PROVIDED INFORMATION START

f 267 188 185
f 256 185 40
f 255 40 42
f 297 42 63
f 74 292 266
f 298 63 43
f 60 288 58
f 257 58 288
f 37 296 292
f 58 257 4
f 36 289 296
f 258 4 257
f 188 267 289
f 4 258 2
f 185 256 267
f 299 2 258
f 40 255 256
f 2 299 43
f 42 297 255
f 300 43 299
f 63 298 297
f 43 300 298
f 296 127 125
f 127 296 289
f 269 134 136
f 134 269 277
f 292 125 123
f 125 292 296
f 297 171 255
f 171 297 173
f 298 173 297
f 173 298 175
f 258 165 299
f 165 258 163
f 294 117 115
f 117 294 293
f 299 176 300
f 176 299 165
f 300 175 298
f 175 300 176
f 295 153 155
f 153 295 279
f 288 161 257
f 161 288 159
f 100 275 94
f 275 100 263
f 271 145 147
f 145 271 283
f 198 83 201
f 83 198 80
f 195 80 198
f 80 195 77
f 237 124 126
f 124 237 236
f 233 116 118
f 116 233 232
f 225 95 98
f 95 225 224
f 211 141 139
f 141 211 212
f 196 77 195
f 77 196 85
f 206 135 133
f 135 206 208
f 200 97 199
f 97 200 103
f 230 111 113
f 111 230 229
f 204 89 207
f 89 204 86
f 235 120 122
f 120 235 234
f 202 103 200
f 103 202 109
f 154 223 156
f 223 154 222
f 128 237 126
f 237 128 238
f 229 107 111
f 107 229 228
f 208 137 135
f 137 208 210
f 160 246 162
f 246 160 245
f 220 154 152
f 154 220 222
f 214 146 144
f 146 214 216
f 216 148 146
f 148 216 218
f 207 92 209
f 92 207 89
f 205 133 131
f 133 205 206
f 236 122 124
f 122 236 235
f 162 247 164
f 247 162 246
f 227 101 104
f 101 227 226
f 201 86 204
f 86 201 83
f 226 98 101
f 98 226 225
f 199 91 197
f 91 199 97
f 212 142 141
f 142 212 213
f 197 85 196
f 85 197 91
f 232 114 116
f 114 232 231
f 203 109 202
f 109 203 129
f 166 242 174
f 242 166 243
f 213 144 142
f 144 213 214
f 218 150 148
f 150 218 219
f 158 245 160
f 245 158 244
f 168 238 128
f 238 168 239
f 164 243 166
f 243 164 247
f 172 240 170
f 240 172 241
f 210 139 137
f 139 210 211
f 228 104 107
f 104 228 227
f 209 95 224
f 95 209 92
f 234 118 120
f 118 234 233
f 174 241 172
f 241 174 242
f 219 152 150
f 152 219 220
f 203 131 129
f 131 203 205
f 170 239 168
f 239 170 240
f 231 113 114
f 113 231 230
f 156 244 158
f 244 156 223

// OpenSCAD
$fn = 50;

PROVIDED INFORMATION END

Repeat exactly the lines above from the line that contains "f 139 210 211" through the end. Include both of these ends; leave out everything else.

f 139 210 211
f 228 104 107
f 104 228 227
f 209 95 224
f 95 209 92
f 234 118 120
f 118 234 233
f 174 241 172
f 241 174 242
f 219 152 150
f 152 219 220
f 203 131 129
f 131 203 205
f 170 239 168
f 239 170 240
f 231 113 114
f 113 231 230
f 156 244 158
f 244 156 223

// OpenSCAD
$fn = 50;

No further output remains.